=== Task directions ===
Everything in the data that follows has to be repeated verbatim.

=== Data for review ===
++++++++

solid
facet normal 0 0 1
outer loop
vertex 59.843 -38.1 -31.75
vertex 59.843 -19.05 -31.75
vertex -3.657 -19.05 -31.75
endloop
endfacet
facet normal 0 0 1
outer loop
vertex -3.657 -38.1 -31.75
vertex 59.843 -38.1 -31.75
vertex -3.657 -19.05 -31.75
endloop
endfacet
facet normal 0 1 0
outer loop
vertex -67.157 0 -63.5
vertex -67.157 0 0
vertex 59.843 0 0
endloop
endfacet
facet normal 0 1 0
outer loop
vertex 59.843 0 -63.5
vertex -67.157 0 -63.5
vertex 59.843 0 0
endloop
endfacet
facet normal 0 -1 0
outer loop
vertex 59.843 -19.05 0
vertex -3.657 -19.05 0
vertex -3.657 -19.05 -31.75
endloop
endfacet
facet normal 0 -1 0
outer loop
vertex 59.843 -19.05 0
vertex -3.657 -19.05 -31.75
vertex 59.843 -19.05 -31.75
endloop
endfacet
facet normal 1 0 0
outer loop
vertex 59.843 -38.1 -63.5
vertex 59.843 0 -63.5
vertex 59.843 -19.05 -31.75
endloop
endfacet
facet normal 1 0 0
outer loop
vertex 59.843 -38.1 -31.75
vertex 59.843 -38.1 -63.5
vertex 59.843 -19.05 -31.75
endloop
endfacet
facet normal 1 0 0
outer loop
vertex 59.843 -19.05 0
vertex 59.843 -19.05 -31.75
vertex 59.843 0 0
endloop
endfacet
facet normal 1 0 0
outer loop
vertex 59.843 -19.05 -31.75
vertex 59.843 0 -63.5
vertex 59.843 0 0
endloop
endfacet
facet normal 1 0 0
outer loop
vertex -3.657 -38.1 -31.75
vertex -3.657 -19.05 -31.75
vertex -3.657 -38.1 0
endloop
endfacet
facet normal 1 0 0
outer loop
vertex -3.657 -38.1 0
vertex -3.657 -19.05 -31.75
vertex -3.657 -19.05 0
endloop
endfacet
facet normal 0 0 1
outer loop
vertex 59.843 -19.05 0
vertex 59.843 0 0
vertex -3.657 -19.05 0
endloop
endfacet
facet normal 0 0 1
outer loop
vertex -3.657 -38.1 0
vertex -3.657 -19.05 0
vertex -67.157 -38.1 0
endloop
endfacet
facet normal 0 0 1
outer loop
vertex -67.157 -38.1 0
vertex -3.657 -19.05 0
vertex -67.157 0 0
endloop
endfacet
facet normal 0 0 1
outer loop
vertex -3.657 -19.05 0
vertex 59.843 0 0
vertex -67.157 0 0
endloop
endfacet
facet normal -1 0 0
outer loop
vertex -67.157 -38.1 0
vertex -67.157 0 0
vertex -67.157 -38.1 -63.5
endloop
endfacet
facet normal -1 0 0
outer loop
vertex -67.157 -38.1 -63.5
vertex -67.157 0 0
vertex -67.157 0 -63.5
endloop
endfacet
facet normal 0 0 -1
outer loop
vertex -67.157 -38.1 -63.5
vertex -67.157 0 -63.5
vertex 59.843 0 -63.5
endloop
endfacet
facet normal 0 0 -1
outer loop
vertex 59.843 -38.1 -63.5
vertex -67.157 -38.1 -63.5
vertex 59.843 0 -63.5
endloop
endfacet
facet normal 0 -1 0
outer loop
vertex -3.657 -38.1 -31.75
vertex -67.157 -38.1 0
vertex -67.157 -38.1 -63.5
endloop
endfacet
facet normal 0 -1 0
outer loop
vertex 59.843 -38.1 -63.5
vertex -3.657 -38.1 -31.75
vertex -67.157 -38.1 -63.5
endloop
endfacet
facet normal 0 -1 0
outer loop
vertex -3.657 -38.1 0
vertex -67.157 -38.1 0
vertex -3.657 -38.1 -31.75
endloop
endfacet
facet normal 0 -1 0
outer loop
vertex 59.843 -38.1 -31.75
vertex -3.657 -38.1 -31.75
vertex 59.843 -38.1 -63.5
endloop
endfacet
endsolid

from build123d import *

# Parameters (mm, degrees)
F1_DEPTH = 38.1
F0_W     = 63.5
F0_H     = 31.75
F2_DEPTH = 19.05


with BuildPart() as f1:
    # F0 (on Front) → F1 (new body)
    with BuildSketch(Plane.XZ):
        Polygon((-67.157373, 0), (-67.157373, -63.5), (59.842627, -63.5), (59.842627, -31.75), (-3.657373, -31.75), (-3.657373, 0), align=None)
    extrude(amount=F1_DEPTH)

    # F0 (on Front) → F2 (join)
    with BuildSketch(Plane.XZ):
        Polygon((-67.157373, 0), (-67.157373, -63.5), (59.842627, -63.5), (59.842627, -31.75), (-3.657373, -31.75), (-3.657373, 0), align=None)
        with Locations((28.092627, -15.875)):
            Rectangle(F0_W, F0_H)
    extrude(amount=F2_DEPTH)


solid = f1.part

++++++++

=== Exercise response ===
solid
facet normal 0 0 1
outer loop
vertex 59.843 -38.1 -31.75
vertex 59.843 -19.05 -31.75
vertex -3.657 -19.05 -31.75
endloop
endfacet
facet normal 0 0 1
outer loop
vertex -3.657 -38.1 -31.75
vertex 59.843 -38.1 -31.75
vertex -3.657 -19.05 -31.75
endloop
endfacet
facet normal 0 1 0
outer loop
vertex -67.157 0 -63.5
vertex -67.157 0 0
vertex 59.843 0 0
endloop
endfacet
facet normal 0 1 0
outer loop
vertex 59.843 0 -63.5
vertex -67.157 0 -63.5
vertex 59.843 0 0
endloop
endfacet
facet normal 0 -1 0
outer loop
vertex 59.843 -19.05 0
vertex -3.657 -19.05 0
vertex -3.657 -19.05 -31.75
endloop
endfacet
facet normal 0 -1 0
outer loop
vertex 59.843 -19.05 0
vertex -3.657 -19.05 -31.75
vertex 59.843 -19.05 -31.75
endloop
endfacet
facet normal 1 0 0
outer loop
vertex 59.843 -38.1 -63.5
vertex 59.843 0 -63.5
vertex 59.843 -19.05 -31.75
endloop
endfacet
facet normal 1 0 0
outer loop
vertex 59.843 -38.1 -31.75
vertex 59.843 -38.1 -63.5
vertex 59.843 -19.05 -31.75
endloop
endfacet
facet normal 1 0 0
outer loop
vertex 59.843 -19.05 0
vertex 59.843 -19.05 -31.75
vertex 59.843 0 0
endloop
endfacet
facet normal 1 0 0
outer loop
vertex 59.843 -19.05 -31.75
vertex 59.843 0 -63.5
vertex 59.843 0 0
endloop
endfacet
facet normal 1 0 0
outer loop
vertex -3.657 -38.1 -31.75
vertex -3.657 -19.05 -31.75
vertex -3.657 -38.1 0
endloop
endfacet
facet normal 1 0 0
outer loop
vertex -3.657 -38.1 0
vertex -3.657 -19.05 -31.75
vertex -3.657 -19.05 0
endloop
endfacet
facet normal 0 0 1
outer loop
vertex 59.843 -19.05 0
vertex 59.843 0 0
vertex -3.657 -19.05 0
endloop
endfacet
facet normal 0 0 1
outer loop
vertex -3.657 -38.1 0
vertex -3.657 -19.05 0
vertex -67.157 -38.1 0
endloop
endfacet
facet normal 0 0 1
outer loop
vertex -67.157 -38.1 0
vertex -3.657 -19.05 0
vertex -67.157 0 0
endloop
endfacet
facet normal 0 0 1
outer loop
vertex -3.657 -19.05 0
vertex 59.843 0 0
vertex -67.157 0 0
endloop
endfacet
facet normal -1 0 0
outer loop
vertex -67.157 -38.1 0
vertex -67.157 0 0
vertex -67.157 -38.1 -63.5
endloop
endfacet
facet normal -1 0 0
outer loop
vertex -67.157 -38.1 -63.5
vertex -67.157 0 0
vertex -67.157 0 -63.5
endloop
endfacet
facet normal 0 0 -1
outer loop
vertex -67.157 -38.1 -63.5
vertex -67.157 0 -63.5
vertex 59.843 0 -63.5
endloop
endfacet
facet normal 0 0 -1
outer loop
vertex 59.843 -38.1 -63.5
vertex -67.157 -38.1 -63.5
vertex 59.843 0 -63.5
endloop
endfacet
facet normal 0 -1 0
outer loop
vertex -3.657 -38.1 -31.75
vertex -67.157 -38.1 0
vertex -67.157 -38.1 -63.5
endloop
endfacet
facet normal 0 -1 0
outer loop
vertex 59.843 -38.1 -63.5
vertex -3.657 -38.1 -31.75
vertex -67.157 -38.1 -63.5
endloop
endfacet
facet normal 0 -1 0
outer loop
vertex -3.657 -38.1 0
vertex -67.157 -38.1 0
vertex -3.657 -38.1 -31.75
endloop
endfacet
facet normal 0 -1 0
outer loop
vertex 59.843 -38.1 -31.75
vertex -3.657 -38.1 -31.75
vertex 59.843 -38.1 -63.5
endloop
endfacet
endsolid

from build123d import *

# Parameters (mm, degrees)
F1_DEPTH = 38.1
F0_W     = 63.5
F0_H     = 31.75
F2_DEPTH = 19.05


with BuildPart() as f1:
    # F0 (on Front) → F1 (new body)
    with BuildSketch(Plane.XZ):
        Polygon((-67.157373, 0), (-67.157373, -63.5), (59.842627, -63.5), (59.842627, -31.75), (-3.657373, -31.75), (-3.657373, 0), align=None)
    extrude(amount=F1_DEPTH)

    # F0 (on Front) → F2 (join)
    with BuildSketch(Plane.XZ):
        Polygon((-67.157373, 0), (-67.157373, -63.5), (59.842627, -63.5), (59.842627, -31.75), (-3.657373, -31.75), (-3.657373, 0), align=None)
        with Locations((28.092627, -15.875)):
            Rectangle(F0_W, F0_H)
    extrude(amount=F2_DEPTH)


solid = f1.part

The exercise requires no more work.